**EXERCISE BRIEF:** The answer should consist solely of the lines from the first one below through the line containing "v22 (7.5,447.59,8.5)", copied exactly.

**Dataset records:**

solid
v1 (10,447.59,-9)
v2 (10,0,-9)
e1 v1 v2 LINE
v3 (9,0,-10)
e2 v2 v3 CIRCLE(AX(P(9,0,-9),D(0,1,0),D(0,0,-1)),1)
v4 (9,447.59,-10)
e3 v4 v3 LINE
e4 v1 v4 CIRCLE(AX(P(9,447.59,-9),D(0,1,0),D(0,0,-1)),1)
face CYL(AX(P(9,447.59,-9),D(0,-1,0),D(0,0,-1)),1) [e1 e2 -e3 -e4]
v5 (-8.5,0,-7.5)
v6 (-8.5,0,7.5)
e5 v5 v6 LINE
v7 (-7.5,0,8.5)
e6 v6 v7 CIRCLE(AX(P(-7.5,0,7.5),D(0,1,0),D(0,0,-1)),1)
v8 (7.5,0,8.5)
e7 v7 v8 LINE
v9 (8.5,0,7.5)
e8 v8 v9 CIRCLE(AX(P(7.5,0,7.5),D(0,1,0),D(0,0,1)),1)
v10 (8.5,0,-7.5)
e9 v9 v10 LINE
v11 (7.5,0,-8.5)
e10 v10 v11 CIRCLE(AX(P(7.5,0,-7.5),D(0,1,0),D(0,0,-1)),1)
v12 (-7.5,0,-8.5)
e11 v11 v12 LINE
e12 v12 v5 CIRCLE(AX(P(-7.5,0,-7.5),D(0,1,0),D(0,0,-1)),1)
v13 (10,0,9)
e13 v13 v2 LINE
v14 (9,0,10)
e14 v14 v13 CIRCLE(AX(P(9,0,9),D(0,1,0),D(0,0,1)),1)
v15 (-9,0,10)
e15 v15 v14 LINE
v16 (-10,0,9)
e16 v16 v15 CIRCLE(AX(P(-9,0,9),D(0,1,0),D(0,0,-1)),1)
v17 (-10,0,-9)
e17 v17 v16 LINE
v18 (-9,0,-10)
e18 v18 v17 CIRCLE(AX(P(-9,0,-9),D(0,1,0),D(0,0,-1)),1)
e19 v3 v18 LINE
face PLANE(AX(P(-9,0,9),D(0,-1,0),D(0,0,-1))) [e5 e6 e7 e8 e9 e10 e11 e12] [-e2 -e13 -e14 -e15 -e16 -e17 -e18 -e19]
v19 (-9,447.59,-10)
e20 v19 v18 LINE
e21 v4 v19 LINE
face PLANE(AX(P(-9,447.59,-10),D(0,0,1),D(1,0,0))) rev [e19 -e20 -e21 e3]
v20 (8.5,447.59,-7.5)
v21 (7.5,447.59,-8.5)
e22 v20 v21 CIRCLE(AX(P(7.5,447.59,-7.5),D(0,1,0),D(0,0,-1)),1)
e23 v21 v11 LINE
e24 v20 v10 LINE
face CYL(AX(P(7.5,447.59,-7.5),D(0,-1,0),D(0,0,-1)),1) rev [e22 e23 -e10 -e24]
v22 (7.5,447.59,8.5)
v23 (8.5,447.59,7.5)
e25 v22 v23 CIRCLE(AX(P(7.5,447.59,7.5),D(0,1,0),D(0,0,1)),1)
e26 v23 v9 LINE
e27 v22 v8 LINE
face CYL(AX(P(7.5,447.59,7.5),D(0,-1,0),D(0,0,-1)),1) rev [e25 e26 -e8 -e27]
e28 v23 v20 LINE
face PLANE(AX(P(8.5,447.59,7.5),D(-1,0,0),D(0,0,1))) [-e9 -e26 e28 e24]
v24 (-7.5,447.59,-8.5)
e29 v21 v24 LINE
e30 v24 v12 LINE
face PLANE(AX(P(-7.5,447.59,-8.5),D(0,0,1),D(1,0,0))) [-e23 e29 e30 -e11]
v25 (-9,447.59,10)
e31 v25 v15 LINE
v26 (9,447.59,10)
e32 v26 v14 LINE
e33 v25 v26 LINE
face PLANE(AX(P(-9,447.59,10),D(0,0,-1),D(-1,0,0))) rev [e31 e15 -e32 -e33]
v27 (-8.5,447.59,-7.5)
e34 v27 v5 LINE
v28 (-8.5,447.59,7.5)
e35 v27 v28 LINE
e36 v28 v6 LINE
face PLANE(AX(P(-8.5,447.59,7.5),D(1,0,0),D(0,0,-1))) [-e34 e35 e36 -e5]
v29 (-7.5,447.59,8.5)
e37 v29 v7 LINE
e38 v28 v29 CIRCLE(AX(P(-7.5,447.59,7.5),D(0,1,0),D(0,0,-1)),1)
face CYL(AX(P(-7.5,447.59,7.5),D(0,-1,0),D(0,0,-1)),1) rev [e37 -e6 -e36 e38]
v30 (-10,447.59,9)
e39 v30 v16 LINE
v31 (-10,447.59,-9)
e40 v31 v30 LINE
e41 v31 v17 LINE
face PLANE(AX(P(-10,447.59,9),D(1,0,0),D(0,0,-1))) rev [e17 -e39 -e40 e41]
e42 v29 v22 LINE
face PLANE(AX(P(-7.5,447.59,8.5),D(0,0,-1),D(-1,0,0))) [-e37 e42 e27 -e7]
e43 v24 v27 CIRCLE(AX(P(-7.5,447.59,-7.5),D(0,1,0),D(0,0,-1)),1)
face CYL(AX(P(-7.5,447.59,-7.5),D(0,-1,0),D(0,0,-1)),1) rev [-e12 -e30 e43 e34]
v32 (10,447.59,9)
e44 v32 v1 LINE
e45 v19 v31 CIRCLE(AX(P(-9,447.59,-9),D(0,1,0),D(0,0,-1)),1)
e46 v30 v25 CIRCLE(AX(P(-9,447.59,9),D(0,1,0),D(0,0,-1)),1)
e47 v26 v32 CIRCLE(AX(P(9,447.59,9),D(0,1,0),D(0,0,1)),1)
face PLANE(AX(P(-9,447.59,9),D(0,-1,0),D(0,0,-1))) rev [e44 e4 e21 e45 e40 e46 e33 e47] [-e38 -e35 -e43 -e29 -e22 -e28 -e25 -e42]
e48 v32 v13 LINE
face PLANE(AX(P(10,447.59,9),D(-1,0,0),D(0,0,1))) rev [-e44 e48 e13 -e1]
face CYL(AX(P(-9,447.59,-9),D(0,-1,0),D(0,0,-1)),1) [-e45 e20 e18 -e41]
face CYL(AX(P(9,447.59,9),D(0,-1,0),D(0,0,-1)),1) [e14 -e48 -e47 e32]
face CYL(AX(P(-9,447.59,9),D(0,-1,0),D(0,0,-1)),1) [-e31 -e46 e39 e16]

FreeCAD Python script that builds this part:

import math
import FreeCAD as App
import Part
import Sketcher
Q = App.Units.Quantity

doc = App.newDocument("Part")
body = doc.addObject("PartDesign::Body", "Body")

# Sketch on XZ plane
sketch1 = body.newObject("Sketcher::SketchObject", "Sketch")
sketch1.AttachmentSupport = (doc.getObject("XZ_Plane"), [""])
sketch1.MapMode = "FlatFace"
sketch1.addGeometry(Part.LineSegment(App.Vector(-9, 10, 0), App.Vector(9, 10, 0)), False)
sketch1.addGeometry(Part.ArcOfCircle(Part.Circle(App.Vector(9, 9, 0), App.Vector(0, 0, 1), 1), math.radians(0), math.radians(90)), False)
sketch1.addGeometry(Part.LineSegment(App.Vector(10, 9, 0), App.Vector(10, -9, 0)), False)
sketch1.addGeometry(Part.ArcOfCircle(Part.Circle(App.Vector(9, -9, 0), App.Vector(0, 0, 1), 1), math.radians(-90), math.radians(0)), False)
sketch1.addGeometry(Part.LineSegment(App.Vector(9, -10, 0), App.Vector(-9, -10, 0)), False)
sketch1.addGeometry(Part.ArcOfCircle(Part.Circle(App.Vector(-9, -9, 0), App.Vector(0, 0, 1), 1), math.radians(-180), math.radians(-90)), False)
sketch1.addGeometry(Part.LineSegment(App.Vector(-10, -9, 0), App.Vector(-10, 9, 0)), False)
sketch1.addGeometry(Part.ArcOfCircle(Part.Circle(App.Vector(-9, 9, 0), App.Vector(0, 0, 1), 1), math.radians(90), math.radians(180)), False)
sketch1.addGeometry(Part.LineSegment(App.Vector(7.5, 8.5, 0), App.Vector(-7.5, 8.5, 0)), False)
sketch1.addGeometry(Part.ArcOfCircle(Part.Circle(App.Vector(-7.5, 7.5, 0), App.Vector(0, 0, 1), 1), math.radians(90), math.radians(180)), False)
sketch1.addGeometry(Part.LineSegment(App.Vector(-8.5, 7.5, 0), App.Vector(-8.5, -7.5, 0)), False)
sketch1.addGeometry(Part.ArcOfCircle(Part.Circle(App.Vector(-7.5, -7.5, 0), App.Vector(0, 0, 1), 1), math.radians(-180), math.radians(-90)), False)
sketch1.addGeometry(Part.LineSegment(App.Vector(-7.5, -8.5, 0), App.Vector(7.5, -8.5, 0)), False)
sketch1.addGeometry(Part.ArcOfCircle(Part.Circle(App.Vector(7.5, -7.5, 0), App.Vector(0, 0, 1), 1), math.radians(-90), math.radians(0)), False)
sketch1.addGeometry(Part.LineSegment(App.Vector(8.5, -7.5, 0), App.Vector(8.5, 7.5, 0)), False)
sketch1.addGeometry(Part.ArcOfCircle(Part.Circle(App.Vector(7.5, 7.5, 0), App.Vector(0, 0, 1), 1), math.radians(0), math.radians(90)), False)
sketch1.addConstraint(Sketcher.Constraint("Tangent", 0, 2, 1, 2))
sketch1.addConstraint(Sketcher.Constraint("Tangent", 1, 1, 2, 1))
sketch1.addConstraint(Sketcher.Constraint("Tangent", 2, 2, 3, 2))
sketch1.addConstraint(Sketcher.Constraint("Tangent", 3, 1, 4, 1))
sketch1.addConstraint(Sketcher.Constraint("Tangent", 4, 2, 5, 2))
sketch1.addConstraint(Sketcher.Constraint("Tangent", 5, 1, 6, 1))
sketch1.addConstraint(Sketcher.Constraint("Tangent", 6, 2, 7, 2))
sketch1.addConstraint(Sketcher.Constraint("Tangent", 7, 1, 0, 1))
sketch1.addConstraint(Sketcher.Constraint("Tangent", 8, 2, 9, 1))
sketch1.addConstraint(Sketcher.Constraint("Tangent", 9, 2, 10, 1))
sketch1.addConstraint(Sketcher.Constraint("Tangent", 10, 2, 11, 1))
sketch1.addConstraint(Sketcher.Constraint("Tangent", 11, 2, 12, 1))
sketch1.addConstraint(Sketcher.Constraint("Tangent", 12, 2, 13, 1))
sketch1.addConstraint(Sketcher.Constraint("Tangent", 13, 2, 14, 1))
sketch1.addConstraint(Sketcher.Constraint("Tangent", 14, 2, 15, 1))
sketch1.addConstraint(Sketcher.Constraint("Tangent", 15, 2, 8, 1))
sketch1.addConstraint(Sketcher.Constraint("Horizontal", 0))
sketch1.addConstraint(Sketcher.Constraint("Vertical", 2))
sketch1.addConstraint(Sketcher.Constraint("Horizontal", 4))
sketch1.addConstraint(Sketcher.Constraint("Vertical", 6))
sketch1.addConstraint(Sketcher.Constraint("Horizontal", 8))
sketch1.addConstraint(Sketcher.Constraint("Vertical", 10))
sketch1.addConstraint(Sketcher.Constraint("Horizontal", 12))
sketch1.addConstraint(Sketcher.Constraint("Vertical", 14))
sketch1.addConstraint(Sketcher.Constraint("Equal", 1, 3))
sketch1.addConstraint(Sketcher.Constraint("Equal", 3, 5))
sketch1.addConstraint(Sketcher.Constraint("Equal", 5, 7))
sketch1.addConstraint(Sketcher.Constraint("Equal", 7, 9))
sketch1.addConstraint(Sketcher.Constraint("Equal", 9, 11))
sketch1.addConstraint(Sketcher.Constraint("Equal", 11, 13))
sketch1.addConstraint(Sketcher.Constraint("Equal", 13, 15))
sketch1.addConstraint(Sketcher.Constraint("Symmetric", 1, 3, 5, 3, -1, 1))
sketch1.addConstraint(Sketcher.Constraint("Symmetric", 9, 3, 13, 3, -1, 1))
sketch1.addConstraint(Sketcher.Constraint("Equal", 4, 2))
sketch1.addConstraint(Sketcher.Constraint("Equal", 12, 10))
sketch1.addConstraint(Sketcher.Constraint("Radius", 1, Q("1 mm")))
sketch1.addConstraint(Sketcher.Constraint("DistanceX", 0, 1, 0, 2, Q("18 mm")))
sketch1.addConstraint(Sketcher.Constraint("DistanceX", 8, 2, 8, 1, Q("15 mm")))
pad1 = body.newObject("PartDesign::Pad", "Pad")
pad1.Profile = sketch1
pad1.Length = 447.59
pad1.Reversed = True

doc.recompute()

**OUTPUT BELOW:**
solid
v1 (10,447.59,-9)
v2 (10,0,-9)
e1 v1 v2 LINE
v3 (9,0,-10)
e2 v2 v3 CIRCLE(AX(P(9,0,-9),D(0,1,0),D(0,0,-1)),1)
v4 (9,447.59,-10)
e3 v4 v3 LINE
e4 v1 v4 CIRCLE(AX(P(9,447.59,-9),D(0,1,0),D(0,0,-1)),1)
face CYL(AX(P(9,447.59,-9),D(0,-1,0),D(0,0,-1)),1) [e1 e2 -e3 -e4]
v5 (-8.5,0,-7.5)
v6 (-8.5,0,7.5)
e5 v5 v6 LINE
v7 (-7.5,0,8.5)
e6 v6 v7 CIRCLE(AX(P(-7.5,0,7.5),D(0,1,0),D(0,0,-1)),1)
v8 (7.5,0,8.5)
e7 v7 v8 LINE
v9 (8.5,0,7.5)
e8 v8 v9 CIRCLE(AX(P(7.5,0,7.5),D(0,1,0),D(0,0,1)),1)
v10 (8.5,0,-7.5)
e9 v9 v10 LINE
v11 (7.5,0,-8.5)
e10 v10 v11 CIRCLE(AX(P(7.5,0,-7.5),D(0,1,0),D(0,0,-1)),1)
v12 (-7.5,0,-8.5)
e11 v11 v12 LINE
e12 v12 v5 CIRCLE(AX(P(-7.5,0,-7.5),D(0,1,0),D(0,0,-1)),1)
v13 (10,0,9)
e13 v13 v2 LINE
v14 (9,0,10)
e14 v14 v13 CIRCLE(AX(P(9,0,9),D(0,1,0),D(0,0,1)),1)
v15 (-9,0,10)
e15 v15 v14 LINE
v16 (-10,0,9)
e16 v16 v15 CIRCLE(AX(P(-9,0,9),D(0,1,0),D(0,0,-1)),1)
v17 (-10,0,-9)
e17 v17 v16 LINE
v18 (-9,0,-10)
e18 v18 v17 CIRCLE(AX(P(-9,0,-9),D(0,1,0),D(0,0,-1)),1)
e19 v3 v18 LINE
face PLANE(AX(P(-9,0,9),D(0,-1,0),D(0,0,-1))) [e5 e6 e7 e8 e9 e10 e11 e12] [-e2 -e13 -e14 -e15 -e16 -e17 -e18 -e19]
v19 (-9,447.59,-10)
e20 v19 v18 LINE
e21 v4 v19 LINE
face PLANE(AX(P(-9,447.59,-10),D(0,0,1),D(1,0,0))) rev [e19 -e20 -e21 e3]
v20 (8.5,447.59,-7.5)
v21 (7.5,447.59,-8.5)
e22 v20 v21 CIRCLE(AX(P(7.5,447.59,-7.5),D(0,1,0),D(0,0,-1)),1)
e23 v21 v11 LINE
e24 v20 v10 LINE
face CYL(AX(P(7.5,447.59,-7.5),D(0,-1,0),D(0,0,-1)),1) rev [e22 e23 -e10 -e24]
v22 (7.5,447.59,8.5)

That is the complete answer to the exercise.